Caution is justified with prolonged use of acetaminophen at high doses, particularly in alcohol users. In cohort studies with women and men, acetaminophen has been associated with an increased risk of incident hypertension.^12,13 In case-control studies, long-term use has also been dose-dependently associated with an increased risk of chronic renal failure.^14,15

Nonselective NSAIDs: Keep GI risks in mind
All nonselective NSAIDs, when administered at equivalent therapeutic doses (same degree of COX inhibition), appear to have comparable efficacy in relieving OA pain. Analgesia is dose dependent, which enables patients to start therapy at lower over-the-counter (OTC) doses and escalate to higher prescription doses as needed.³ The OTC dose range of ibuprofen is 200 to 400 mg 3 times a day, to a maximum of 1200 mg/d;¹⁶ the maximum prescription dose is 3200 mg/d.¹⁷ Similarly, the maximum dose of OTC naproxen is 660 mg/d,¹⁸ although by prescription it can be given up to 1500 mg/d.¹⁹

FAST TRACK

With nonselective NSAIDs, patients should start therapy at the lowest effective OTC dose and increase as needed to prescription doses.

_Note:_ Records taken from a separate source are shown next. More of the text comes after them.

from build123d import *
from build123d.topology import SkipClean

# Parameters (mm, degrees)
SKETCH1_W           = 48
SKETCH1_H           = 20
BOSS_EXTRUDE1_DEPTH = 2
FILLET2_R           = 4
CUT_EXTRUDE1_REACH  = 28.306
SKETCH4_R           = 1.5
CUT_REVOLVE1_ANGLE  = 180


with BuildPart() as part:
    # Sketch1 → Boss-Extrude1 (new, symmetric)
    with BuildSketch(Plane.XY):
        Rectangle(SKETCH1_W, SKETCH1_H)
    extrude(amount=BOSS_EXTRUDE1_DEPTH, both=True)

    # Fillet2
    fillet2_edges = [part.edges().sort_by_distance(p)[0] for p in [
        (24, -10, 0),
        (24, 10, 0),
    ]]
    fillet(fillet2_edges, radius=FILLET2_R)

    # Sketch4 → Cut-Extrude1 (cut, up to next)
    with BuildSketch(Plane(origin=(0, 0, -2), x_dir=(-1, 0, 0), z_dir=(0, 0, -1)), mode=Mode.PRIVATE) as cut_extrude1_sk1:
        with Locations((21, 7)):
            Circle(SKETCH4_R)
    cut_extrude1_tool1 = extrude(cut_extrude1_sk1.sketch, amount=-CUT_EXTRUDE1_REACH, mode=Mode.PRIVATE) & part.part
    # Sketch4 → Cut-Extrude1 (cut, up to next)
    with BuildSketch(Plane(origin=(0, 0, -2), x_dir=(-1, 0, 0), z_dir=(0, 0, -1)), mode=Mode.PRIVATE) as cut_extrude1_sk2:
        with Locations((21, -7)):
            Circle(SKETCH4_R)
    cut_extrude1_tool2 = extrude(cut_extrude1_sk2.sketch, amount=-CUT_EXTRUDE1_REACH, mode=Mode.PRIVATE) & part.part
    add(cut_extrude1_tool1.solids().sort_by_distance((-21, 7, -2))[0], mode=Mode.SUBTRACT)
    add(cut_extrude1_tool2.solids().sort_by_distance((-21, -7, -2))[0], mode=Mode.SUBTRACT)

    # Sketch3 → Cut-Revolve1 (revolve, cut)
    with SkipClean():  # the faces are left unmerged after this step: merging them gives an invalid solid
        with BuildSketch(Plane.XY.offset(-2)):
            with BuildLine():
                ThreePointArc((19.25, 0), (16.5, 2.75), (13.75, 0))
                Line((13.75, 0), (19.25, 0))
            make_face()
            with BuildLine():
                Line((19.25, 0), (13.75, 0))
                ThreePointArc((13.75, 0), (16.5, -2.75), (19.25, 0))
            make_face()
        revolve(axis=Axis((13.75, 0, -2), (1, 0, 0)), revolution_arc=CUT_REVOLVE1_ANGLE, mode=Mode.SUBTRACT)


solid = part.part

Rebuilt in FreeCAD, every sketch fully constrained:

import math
import FreeCAD as App
import Part
import Sketcher
from FreeCAD import Vector
Q = App.Units.Quantity


def edges_at(feature, points):
    """Names of the edges that pass closest to the given points."""
    edges = feature.Shape.Edges
    near = lambda p: min(range(len(edges)), key=lambda i: edges[i].distToShape(Part.Vertex(*p))[0])
    return sorted({f"Edge{near(p) + 1}" for p in points})


def add_polygon(sketch, points):
    """Adds a closed chain of lines whose ends are joined by coincident constraints."""
    first, n = sketch.GeometryCount, len(points)
    for a, b in zip(points, points[1:] + points[:1]):
        sketch.addGeometry(Part.LineSegment(App.Vector(*a, 0), App.Vector(*b, 0)), False)
    for i in range(n):
        sketch.addConstraint(Sketcher.Constraint("Coincident", first + i, 2, first + (i + 1) % n, 1))

doc = App.newDocument("Part")
params = doc.addObject("Spreadsheet::Sheet", "Params")
for row, (alias, value) in enumerate([
    ("sketch1_width", "48 mm"),
    ("sketch1_height", "20 mm"),
    ("pad1_length", "4 mm"),
    ("fillet_radius", "4 mm"),
    ("sketch2_diameter", "3 mm"),
    ("sketch3_diameter", "3 mm"),
    ("sketch4_radius", "2.75 mm"),
    ("groove_angle", "180 deg"),
], start=1):
    params.set(f"A{row}", alias)
    params.set(f"B{row}", "=" + value)
    params.setAlias(f"B{row}", alias)

body = doc.addObject("PartDesign::Body", "Body")

# Sketch on XY plane
sketch1 = body.newObject("Sketcher::SketchObject", "Sketch")
sketch1.AttachmentSupport = (doc.getObject("XY_Plane"), [""])
sketch1.MapMode = "FlatFace"
add_polygon(sketch1, [(-24, 10), (-24, -10), (24, -10), (24, 10)])  # lines 0-3
sketch1.addConstraint([
    Sketcher.Constraint("Vertical", 0),
    Sketcher.Constraint("Horizontal", 1),
    Sketcher.Constraint("Vertical", 2),
    Sketcher.Constraint("Horizontal", 3),
    Sketcher.Constraint("Symmetric", 0, 2, 2, 2, -1, 1),
    Sketcher.Constraint("DistanceX", 1, 1, 1, 2, Q("48 mm")),
    Sketcher.Constraint("DistanceY", 0, 2, 0, 1, Q("20 mm")),
])
sketch1.setExpression("Constraints[9]", "Params.sketch1_width")
sketch1.setExpression("Constraints[10]", "Params.sketch1_height")
pad1 = body.newObject("PartDesign::Pad", "Pad")
pad1.Profile = sketch1
pad1.setExpression("Length", "Params.pad1_length")
pad1.Midplane = True
doc.recompute()

fillet = body.newObject("PartDesign::Fillet", "Fillet")
fillet.Base = (pad1, edges_at(pad1, [(24, -10, 0), (24, 10, 0)]))
fillet.setExpression("Radius", "Params.fillet_radius")

# Sketch on XY plane
sketch2 = body.newObject("Sketcher::SketchObject", "Sketch001")
sketch2.AttachmentSupport = (doc.getObject("XY_Plane"), [""])
sketch2.MapMode = "FlatFace"
sketch2.AttachmentOffset = App.Placement(Vector(0, 0, -2), App.Rotation())
sketch2.addGeometry(Part.Circle(Vector(-21, 7, 0), Vector(0, 0, 1), 1.5), False)
sketch2.addConstraint([
    Sketcher.Constraint("Diameter", 0, Q("3 mm")),
    Sketcher.Constraint("DistanceX", 0, 3, -1, 1, Q("21 mm")),
    Sketcher.Constraint("DistanceY", -1, 1, 0, 3, Q("7 mm")),
])
sketch2.setExpression("Constraints[0]", "Params.sketch2_diameter")
pocket1 = body.newObject("PartDesign::Pocket", "Pocket")
pocket1.Profile = sketch2
pocket1.Type = "UpToFirst"
pocket1.Reversed = True

# Sketch on XY plane
sketch3 = body.newObject("Sketcher::SketchObject", "Sketch002")
sketch3.AttachmentSupport = (doc.getObject("XY_Plane"), [""])
sketch3.MapMode = "FlatFace"
sketch3.AttachmentOffset = App.Placement(Vector(0, 0, -2), App.Rotation())
sketch3.addGeometry(Part.Circle(Vector(-21, -7, 0), Vector(0, 0, 1), 1.5), False)
sketch3.addConstraint([
    Sketcher.Constraint("Diameter", 0, Q("3 mm")),
    Sketcher.Constraint("DistanceX", 0, 3, -1, 1, Q("21 mm")),
    Sketcher.Constraint("DistanceY", 0, 3, -1, 1, Q("7 mm")),
])
sketch3.setExpression("Constraints[0]", "Params.sketch3_diameter")
pocket2 = body.newObject("PartDesign::Pocket", "Pocket001")
pocket2.Profile = sketch3
pocket2.Type = "UpToFirst"
pocket2.Reversed = True

# Sketch on XY plane
sketch4 = body.newObject("Sketcher::SketchObject", "Sketch003")
sketch4.AttachmentSupport = (doc.getObject("XY_Plane"), [""])
sketch4.MapMode = "FlatFace"
sketch4.AttachmentOffset = App.Placement(Vector(0, 0, -2), App.Rotation())
sketch4.addGeometry([
    Part.ArcOfCircle(Part.Circle(Vector(16.5, 0, 0), Vector(0, 0, 1), 2.75), math.radians(0), math.radians(180)),
    Part.LineSegment(Vector(13.75, 0, 0), Vector(19.25, 0, 0)),
    Part.LineSegment(Vector(19.25, 0, 0), Vector(13.75, 0, 0)),
    Part.ArcOfCircle(Part.Circle(Vector(16.5, 0, 0), Vector(0, 0, 1), 2.75), math.radians(180), math.radians(360)),
], False)
sketch4.addConstraint([
    Sketcher.Constraint("Coincident", 0, 1, 1, 2),
    Sketcher.Constraint("Coincident", 1, 1, 0, 2),
    Sketcher.Constraint("Coincident", 2, 1, 3, 2),
    Sketcher.Constraint("Coincident", 3, 1, 2, 2),
    Sketcher.Constraint("Horizontal", 1),
    Sketcher.Constraint("Horizontal", 2),
    Sketcher.Constraint("Coincident", 3, 3, 0, 3),
    Sketcher.Constraint("Coincident", 2, 1, 0, 1),
    Sketcher.Constraint("PointOnObject", 0, 3, -1),
    Sketcher.Constraint("PointOnObject", 0, 1, -1),
    Sketcher.Constraint("Radius", 0, Q("2.75 mm")),
    Sketcher.Constraint("DistanceX", -1, 1, 0, 3, Q("16.5 mm")),
])
sketch4.setExpression("Constraints[10]", "Params.sketch4_radius")
groove = body.newObject("PartDesign::Groove", "Groove")
groove.Profile = sketch4
groove.ReferenceAxis = (sketch4, ["H_Axis"])
groove.setExpression("Angle", "Params.groove_angle")

doc.recompute()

NSAIDs confer a dose-related risk for GI adverse events, including ulcers and bleeding. Patients with a history of ulcers and those at advanced age are at greater risk;²⁰ those with a history of an ulcer bleed are at the greatest risk for an adverse event. Also at increased risk are those taking high doses of an NSAID, multiple NSAIDs (eg, concomitant low-dose aspirin), or anticoagulant or antiplatelet agents.²¹

Recent data suggest that nonselective NSAIDs, with the exception of naproxen, may increase CV risk on a level seen with COX-2–selective inhibitors.^22,23 In a meta-analysis of 91 randomized active-controlled trials, a comparison of COX-2–selective inhibitors and non-naproxen nonselective NSAIDs showed no significant difference in the risk of myocardial infarction (MI) (relative risk [RR]=1.20; 95% confidence interval [CI], 0.85–1.68); however, COX-2–selective inhibitors had an increased risk compared with naproxen (RR=2.04; 95% CI, 1.41–2.96).²³ In another meta-analysis of 11 observational studies, naproxen reduced the risk of MI compared with COX-2–selective inhibitors and other nonselective NSAIDs (RR=0.86; 95% CI, 0.75–0.99).²² An increased risk of incident hypertension has been associated with frequent NSAID use in cohort studies in women and men.^12,13

COX-2–selective NSAIDs: Good on gut, but increase MI risk
COX-2–selective NSAIDs lower the incidence of upper GI tract complications compared with nonselective agents, while maintaining comparable efficacy in pain relief, both when used alone (without concomitant aspirin therapy)^20,24,25 and in combination with PPIs.^26,27

FAST TRACK

COX-2–selective NSAIDs lower the incidence of upper GI tract complications compared with nonselective agents, while maintaining comparable efficacy in pain relief.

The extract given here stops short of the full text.